Successful attempts to increase the number of organ donors have been elusive, confounded by ethical and religious questions and ambiguities. In the US, we have the opt-in system: people can register at any time to be organ donors, but nearly 18 people die every day waiting on the transplant list. Spain and Austria have the opt-out system: people are presumed organ-donors unless they (or family) say otherwise, but the number of donations doesn’t necessarily differ. Is it time to try a new system? If you are willing to donate your own organs, should you get priority to receive an organ? A new law, to take effect in Israel in April, will do just that.
Patients who have organ donor cards or whose family members have donated an organ in the past will get priority for transplant over other patients who are at the same level of medical severity. The law will provide for adequate compensation for the donor, including 40 days of lost wages and medical expenses paid.
The hope is that this law will encourage more people to register as organ donors, and so far it has been effective. After a massive 10-week advertising campaign targeting shopping malls, billboards, and newspapers, 70,000 people registered as donors.

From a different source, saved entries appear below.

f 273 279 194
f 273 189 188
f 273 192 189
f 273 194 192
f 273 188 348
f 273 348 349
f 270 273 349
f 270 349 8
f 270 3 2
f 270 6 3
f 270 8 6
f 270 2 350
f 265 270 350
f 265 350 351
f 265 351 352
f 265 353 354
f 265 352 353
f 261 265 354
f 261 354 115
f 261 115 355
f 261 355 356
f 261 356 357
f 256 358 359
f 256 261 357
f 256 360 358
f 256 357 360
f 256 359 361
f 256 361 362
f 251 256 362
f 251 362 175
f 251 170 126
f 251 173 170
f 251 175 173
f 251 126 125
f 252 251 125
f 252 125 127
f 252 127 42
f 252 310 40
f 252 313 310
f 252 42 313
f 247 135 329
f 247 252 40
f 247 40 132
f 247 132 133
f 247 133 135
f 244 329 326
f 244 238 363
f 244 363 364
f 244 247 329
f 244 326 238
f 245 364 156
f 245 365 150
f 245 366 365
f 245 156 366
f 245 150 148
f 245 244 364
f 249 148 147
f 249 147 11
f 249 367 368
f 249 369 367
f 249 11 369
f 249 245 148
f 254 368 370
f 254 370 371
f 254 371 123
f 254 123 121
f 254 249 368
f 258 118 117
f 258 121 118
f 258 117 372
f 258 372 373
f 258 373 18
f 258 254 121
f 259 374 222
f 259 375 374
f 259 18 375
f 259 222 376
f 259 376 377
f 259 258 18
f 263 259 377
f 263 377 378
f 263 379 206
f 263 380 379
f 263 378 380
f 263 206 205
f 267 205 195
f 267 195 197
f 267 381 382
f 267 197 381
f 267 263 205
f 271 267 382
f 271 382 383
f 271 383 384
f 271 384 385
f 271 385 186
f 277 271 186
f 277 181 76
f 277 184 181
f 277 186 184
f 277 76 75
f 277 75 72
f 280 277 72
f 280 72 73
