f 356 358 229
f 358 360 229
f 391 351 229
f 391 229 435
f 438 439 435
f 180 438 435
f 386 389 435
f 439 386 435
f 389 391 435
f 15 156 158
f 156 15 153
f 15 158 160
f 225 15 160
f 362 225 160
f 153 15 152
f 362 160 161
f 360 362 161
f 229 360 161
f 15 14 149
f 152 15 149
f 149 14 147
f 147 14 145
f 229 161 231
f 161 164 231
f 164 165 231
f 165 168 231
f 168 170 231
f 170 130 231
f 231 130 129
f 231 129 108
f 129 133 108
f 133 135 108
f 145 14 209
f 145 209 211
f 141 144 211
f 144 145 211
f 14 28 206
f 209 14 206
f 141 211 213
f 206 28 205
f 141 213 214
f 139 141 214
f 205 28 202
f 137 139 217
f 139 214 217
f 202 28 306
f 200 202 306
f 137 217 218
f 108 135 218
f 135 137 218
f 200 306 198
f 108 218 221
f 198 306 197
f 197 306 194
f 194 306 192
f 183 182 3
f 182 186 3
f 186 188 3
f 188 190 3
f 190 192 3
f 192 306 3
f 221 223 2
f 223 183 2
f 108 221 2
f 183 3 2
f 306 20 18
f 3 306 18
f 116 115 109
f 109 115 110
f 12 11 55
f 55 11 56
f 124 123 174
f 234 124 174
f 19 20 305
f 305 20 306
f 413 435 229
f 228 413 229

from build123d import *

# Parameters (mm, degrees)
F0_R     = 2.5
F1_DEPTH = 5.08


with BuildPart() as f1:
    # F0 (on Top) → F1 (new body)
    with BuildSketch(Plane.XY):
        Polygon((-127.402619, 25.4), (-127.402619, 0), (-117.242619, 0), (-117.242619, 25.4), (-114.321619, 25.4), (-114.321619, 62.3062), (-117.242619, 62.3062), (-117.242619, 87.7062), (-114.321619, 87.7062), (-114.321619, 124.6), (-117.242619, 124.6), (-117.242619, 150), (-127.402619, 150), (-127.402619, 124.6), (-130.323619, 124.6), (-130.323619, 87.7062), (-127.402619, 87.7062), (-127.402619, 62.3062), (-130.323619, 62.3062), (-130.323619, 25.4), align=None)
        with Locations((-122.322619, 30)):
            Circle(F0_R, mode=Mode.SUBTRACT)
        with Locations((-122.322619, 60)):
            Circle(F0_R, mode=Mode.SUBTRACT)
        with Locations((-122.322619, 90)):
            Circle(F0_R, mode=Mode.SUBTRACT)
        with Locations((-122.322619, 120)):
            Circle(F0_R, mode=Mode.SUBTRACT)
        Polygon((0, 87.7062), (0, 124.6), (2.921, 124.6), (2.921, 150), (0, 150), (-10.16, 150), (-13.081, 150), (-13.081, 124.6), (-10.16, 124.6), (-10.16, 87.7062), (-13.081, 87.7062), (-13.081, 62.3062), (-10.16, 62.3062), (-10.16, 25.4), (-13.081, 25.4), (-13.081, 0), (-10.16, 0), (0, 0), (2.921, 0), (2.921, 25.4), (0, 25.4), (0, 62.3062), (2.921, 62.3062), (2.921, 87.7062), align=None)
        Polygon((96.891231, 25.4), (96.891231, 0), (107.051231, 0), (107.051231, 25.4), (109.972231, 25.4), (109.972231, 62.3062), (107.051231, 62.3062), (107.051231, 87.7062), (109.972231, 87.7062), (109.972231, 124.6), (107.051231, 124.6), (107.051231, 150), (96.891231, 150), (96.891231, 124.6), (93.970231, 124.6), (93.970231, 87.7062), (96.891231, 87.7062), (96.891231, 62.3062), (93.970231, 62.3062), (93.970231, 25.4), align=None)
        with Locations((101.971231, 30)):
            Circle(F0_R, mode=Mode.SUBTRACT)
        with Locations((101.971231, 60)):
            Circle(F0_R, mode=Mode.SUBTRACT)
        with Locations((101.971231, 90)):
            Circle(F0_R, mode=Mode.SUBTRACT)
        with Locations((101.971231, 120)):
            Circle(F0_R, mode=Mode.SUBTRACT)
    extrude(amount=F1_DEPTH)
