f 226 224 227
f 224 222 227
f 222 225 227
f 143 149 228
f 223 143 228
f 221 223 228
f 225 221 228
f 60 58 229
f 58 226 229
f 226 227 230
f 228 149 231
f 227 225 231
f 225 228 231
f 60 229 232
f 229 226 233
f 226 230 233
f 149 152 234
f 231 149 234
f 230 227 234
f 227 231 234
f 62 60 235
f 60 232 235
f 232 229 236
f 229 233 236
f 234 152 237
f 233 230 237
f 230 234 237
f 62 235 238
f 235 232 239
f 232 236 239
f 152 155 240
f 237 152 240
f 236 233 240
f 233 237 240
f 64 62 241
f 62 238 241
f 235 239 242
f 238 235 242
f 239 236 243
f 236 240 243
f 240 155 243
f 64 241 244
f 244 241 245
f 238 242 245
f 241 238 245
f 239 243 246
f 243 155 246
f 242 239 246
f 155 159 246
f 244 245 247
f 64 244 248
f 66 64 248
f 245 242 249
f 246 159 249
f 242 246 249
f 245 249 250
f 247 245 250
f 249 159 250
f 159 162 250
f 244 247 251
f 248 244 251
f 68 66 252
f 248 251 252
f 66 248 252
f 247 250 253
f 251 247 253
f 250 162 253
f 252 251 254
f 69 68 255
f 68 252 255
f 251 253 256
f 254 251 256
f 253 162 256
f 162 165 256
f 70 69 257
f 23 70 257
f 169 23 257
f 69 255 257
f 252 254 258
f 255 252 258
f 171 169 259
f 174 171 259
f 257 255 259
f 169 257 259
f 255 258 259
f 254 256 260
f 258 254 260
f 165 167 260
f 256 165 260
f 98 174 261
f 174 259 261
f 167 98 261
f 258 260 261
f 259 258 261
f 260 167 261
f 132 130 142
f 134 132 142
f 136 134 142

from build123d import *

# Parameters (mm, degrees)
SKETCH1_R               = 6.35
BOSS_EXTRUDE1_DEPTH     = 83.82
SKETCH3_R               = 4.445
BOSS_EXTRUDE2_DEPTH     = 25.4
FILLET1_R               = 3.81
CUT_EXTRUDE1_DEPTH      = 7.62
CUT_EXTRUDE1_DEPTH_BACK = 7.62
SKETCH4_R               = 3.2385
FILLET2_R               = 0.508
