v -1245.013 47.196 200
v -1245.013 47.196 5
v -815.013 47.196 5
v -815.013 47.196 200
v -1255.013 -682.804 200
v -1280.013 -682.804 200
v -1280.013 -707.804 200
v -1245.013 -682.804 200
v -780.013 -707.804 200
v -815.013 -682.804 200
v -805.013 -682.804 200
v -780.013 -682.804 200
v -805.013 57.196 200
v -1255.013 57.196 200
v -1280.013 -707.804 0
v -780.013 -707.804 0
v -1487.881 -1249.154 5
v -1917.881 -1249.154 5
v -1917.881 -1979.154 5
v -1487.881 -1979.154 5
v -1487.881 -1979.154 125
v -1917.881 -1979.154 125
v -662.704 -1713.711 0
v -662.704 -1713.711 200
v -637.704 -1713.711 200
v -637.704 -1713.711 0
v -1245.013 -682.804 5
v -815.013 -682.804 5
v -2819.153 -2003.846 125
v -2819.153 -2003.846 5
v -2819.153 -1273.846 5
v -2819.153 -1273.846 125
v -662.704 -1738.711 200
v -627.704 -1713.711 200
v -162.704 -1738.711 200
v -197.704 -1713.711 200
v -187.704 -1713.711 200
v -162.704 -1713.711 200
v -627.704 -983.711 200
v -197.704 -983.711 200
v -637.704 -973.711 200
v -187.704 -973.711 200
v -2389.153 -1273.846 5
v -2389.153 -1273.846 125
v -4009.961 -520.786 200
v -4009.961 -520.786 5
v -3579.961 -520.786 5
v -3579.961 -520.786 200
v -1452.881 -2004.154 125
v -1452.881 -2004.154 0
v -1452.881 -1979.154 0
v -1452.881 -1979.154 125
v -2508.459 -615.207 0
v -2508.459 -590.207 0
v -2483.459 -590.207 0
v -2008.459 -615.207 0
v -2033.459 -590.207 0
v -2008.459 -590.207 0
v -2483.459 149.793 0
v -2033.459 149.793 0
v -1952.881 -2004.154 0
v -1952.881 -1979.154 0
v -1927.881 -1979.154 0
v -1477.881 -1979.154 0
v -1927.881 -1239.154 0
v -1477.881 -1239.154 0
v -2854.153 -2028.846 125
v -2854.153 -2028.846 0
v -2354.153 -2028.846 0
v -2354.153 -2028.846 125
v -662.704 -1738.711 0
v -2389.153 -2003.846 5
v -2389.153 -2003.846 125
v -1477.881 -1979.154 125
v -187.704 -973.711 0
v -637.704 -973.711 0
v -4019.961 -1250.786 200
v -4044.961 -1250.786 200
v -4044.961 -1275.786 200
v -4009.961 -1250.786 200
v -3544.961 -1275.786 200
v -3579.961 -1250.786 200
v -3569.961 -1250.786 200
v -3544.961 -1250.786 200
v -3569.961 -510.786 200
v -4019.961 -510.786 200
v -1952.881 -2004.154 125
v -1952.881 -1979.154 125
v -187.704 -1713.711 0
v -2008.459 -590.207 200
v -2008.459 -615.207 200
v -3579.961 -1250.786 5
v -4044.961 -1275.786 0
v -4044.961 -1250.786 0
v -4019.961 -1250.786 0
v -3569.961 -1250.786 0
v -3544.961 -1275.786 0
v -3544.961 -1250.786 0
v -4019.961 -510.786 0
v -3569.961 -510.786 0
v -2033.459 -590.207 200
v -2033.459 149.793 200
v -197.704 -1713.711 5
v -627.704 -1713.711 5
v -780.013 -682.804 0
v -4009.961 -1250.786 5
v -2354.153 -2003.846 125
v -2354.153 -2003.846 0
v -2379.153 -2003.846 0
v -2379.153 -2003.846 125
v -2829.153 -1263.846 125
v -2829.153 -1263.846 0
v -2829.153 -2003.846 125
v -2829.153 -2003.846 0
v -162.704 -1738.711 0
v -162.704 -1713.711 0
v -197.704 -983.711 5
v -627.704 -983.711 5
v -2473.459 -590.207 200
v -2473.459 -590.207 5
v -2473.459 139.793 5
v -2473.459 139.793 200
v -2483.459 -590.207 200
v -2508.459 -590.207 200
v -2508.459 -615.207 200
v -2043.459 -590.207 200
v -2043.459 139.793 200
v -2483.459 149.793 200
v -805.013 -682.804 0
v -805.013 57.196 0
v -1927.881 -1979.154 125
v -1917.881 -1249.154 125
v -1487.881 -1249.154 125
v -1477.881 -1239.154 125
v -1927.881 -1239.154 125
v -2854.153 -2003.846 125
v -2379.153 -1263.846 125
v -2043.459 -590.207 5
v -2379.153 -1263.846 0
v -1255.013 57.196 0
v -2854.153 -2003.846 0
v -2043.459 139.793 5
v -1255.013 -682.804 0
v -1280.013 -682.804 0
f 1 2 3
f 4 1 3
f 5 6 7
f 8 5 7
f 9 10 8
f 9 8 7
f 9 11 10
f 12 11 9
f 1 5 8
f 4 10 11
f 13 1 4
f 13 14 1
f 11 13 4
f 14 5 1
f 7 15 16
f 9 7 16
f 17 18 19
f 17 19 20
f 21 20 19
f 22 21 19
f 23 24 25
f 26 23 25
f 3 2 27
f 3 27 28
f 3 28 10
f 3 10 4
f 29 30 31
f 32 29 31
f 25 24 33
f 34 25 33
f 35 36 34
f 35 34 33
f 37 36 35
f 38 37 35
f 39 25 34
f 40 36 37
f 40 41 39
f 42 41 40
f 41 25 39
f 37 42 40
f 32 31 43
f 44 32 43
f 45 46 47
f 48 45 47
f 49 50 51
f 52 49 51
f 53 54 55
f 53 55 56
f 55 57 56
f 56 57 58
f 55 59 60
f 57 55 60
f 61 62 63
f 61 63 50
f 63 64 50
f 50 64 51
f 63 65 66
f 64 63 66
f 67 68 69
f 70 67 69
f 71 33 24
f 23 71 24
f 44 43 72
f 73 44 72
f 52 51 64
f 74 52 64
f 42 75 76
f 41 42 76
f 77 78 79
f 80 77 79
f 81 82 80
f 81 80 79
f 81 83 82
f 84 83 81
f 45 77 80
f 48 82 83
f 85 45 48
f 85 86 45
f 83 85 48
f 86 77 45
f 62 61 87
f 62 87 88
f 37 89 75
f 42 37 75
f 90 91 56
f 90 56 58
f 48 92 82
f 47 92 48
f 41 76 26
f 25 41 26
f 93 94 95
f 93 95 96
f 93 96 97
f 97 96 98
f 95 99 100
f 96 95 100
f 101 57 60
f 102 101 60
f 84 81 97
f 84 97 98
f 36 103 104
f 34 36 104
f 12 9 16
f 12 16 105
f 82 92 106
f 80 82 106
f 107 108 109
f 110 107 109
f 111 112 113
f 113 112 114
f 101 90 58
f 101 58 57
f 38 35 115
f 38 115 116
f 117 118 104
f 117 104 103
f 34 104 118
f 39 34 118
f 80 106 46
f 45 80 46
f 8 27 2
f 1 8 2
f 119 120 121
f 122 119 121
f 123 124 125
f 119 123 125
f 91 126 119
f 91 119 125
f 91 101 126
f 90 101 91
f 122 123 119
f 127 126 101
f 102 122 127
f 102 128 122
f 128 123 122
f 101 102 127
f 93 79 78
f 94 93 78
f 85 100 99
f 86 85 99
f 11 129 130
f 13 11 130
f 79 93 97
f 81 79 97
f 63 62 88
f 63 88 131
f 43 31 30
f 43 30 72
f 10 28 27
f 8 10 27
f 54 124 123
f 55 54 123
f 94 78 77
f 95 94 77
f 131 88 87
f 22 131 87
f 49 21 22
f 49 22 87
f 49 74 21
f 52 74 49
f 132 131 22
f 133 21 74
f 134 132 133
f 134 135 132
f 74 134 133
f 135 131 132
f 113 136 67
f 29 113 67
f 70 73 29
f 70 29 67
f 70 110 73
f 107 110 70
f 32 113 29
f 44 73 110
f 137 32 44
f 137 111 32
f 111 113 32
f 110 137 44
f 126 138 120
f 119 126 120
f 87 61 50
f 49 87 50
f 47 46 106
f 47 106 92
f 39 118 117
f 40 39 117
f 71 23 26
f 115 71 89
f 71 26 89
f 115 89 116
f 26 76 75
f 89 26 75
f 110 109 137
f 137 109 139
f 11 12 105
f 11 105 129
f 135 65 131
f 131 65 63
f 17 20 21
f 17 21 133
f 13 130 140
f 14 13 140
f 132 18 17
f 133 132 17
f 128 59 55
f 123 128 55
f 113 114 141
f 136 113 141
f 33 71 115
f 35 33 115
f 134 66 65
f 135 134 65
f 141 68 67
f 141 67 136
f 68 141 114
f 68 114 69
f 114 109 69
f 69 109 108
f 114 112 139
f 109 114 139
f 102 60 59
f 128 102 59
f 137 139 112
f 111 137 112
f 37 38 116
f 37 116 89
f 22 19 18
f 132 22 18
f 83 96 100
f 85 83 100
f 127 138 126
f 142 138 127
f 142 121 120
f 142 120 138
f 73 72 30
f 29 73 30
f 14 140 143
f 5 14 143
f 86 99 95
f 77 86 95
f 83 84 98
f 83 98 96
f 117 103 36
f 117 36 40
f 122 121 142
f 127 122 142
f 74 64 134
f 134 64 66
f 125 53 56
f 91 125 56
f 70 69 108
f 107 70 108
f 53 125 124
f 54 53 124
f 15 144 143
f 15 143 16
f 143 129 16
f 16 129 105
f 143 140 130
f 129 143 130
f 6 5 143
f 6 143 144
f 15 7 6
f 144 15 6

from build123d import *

# Parameters (mm, degrees)
F0_W     = 430
F0_H     = 10
F0_W_2   = 10
F0_H_2   = 730
F0_W_3   = 25
F0_H_3   = 25
F1_DEPTH = 200
F2_DEPTH = 125
F3_DEPTH = 5


with BuildPart() as f1:
    # F0 (on Top) → F1 (new body)
    with BuildSketch(Plane.XY):
        Polygon((-4019.9609445532, -520.78614374), (-4019.9609445532, -780.78614374), (-4019.9609445532, -1080.78614374), (-4019.9609445532, -1250.78614374), (-4009.9609445532, -1250.78614374), (-4009.9609445532, -520.78614374), align=None)
        with Locations((-3794.9609445532, -515.78614374)):
            Rectangle(F0_W, F0_H)
        with Locations((-4014.9609445532, -515.78614374)):
            Rectangle(F0_W_2, F0_H)
        with Locations((-3574.9609445532, -515.78614374)):
            Rectangle(F0_W_2, F0_H)
        with Locations((-3574.9609445532, -885.78614374)):
            Rectangle(F0_W_2, F0_H_2)
        Polygon((-3569.9609445532, -1271.3719205062), (-3569.9609445532, -1275.78614374), (-3544.9609445532, -1275.78614374), (-3544.9609445532, -1250.78614374), (-3569.9609445532, -1250.78614374), align=None)
        Polygon((-4009.9609445532, -1250.78614374), (-4019.9609445532, -1250.78614374), (-4019.9609445532, -1275.78614374), (-3569.9609445532, -1275.78614374), (-3569.9609445532, -1271.3719205062), (-3569.9609445532, -1250.78614374), (-3579.9609445532, -1250.78614374), align=None)
        with Locations((-4032.4609445532, -1263.28614374)):
            Rectangle(F0_W_3, F0_H_3)
    extrude(amount=F1_DEPTH)

    # F0 (on Top) → F3, piece 6 (join)
    with BuildSketch(Plane.XY):
        with Locations((-3794.9609445532, -885.78614374)):
            Rectangle(F0_W, F0_H_2)
    extrude(amount=F3_DEPTH)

The law was created in careful coordination with rabbis and religious leaders, which should make it appealing to most Israelis. What complicates matters is the orthodox interpretation of brain death and the Haredi rule against organ donation. This puts an entire group at a disadvantage under this new system.
Are systems that grant non-medical priority to some people on the transplant list inherently unjust? Perhaps. But I believe that the real injustice lies in systems where wealth buys an advantage and the poor are taken advantage of. What I like about this new practice is that it paradoxically equalizes the playing field – money can’t buy you priority on the transplant list but altruism can, and we all have the capability for that.
As a fourth year medical student, I did a transplant surgery rotation that taught me that the decisions we make about our organs after death often have effects greater than we had imagined. I will never forget what a new liver meant for my patient, a 35-year-old mother of two. She had become less alert and aware over the course of two weeks, dipping into the phases of inexplicable hemolytic crisis and encephalopathy that characterize hepatic decompensation. We got the call about a donor on a Friday afternoon and by nighttime had successfully transplanted the liver in my patient. The next morning, I went to visit her in the ICU. She greeted me with the first coherent salutation I had heard from her in a long time.
I never knew the name of the donor, just that she was in her 50s, in good health, and brain-dead. What I do know is that her decision to be an organ donor turned a tragedy into an opportunity for new life for a perfect stranger. She would deserve the same.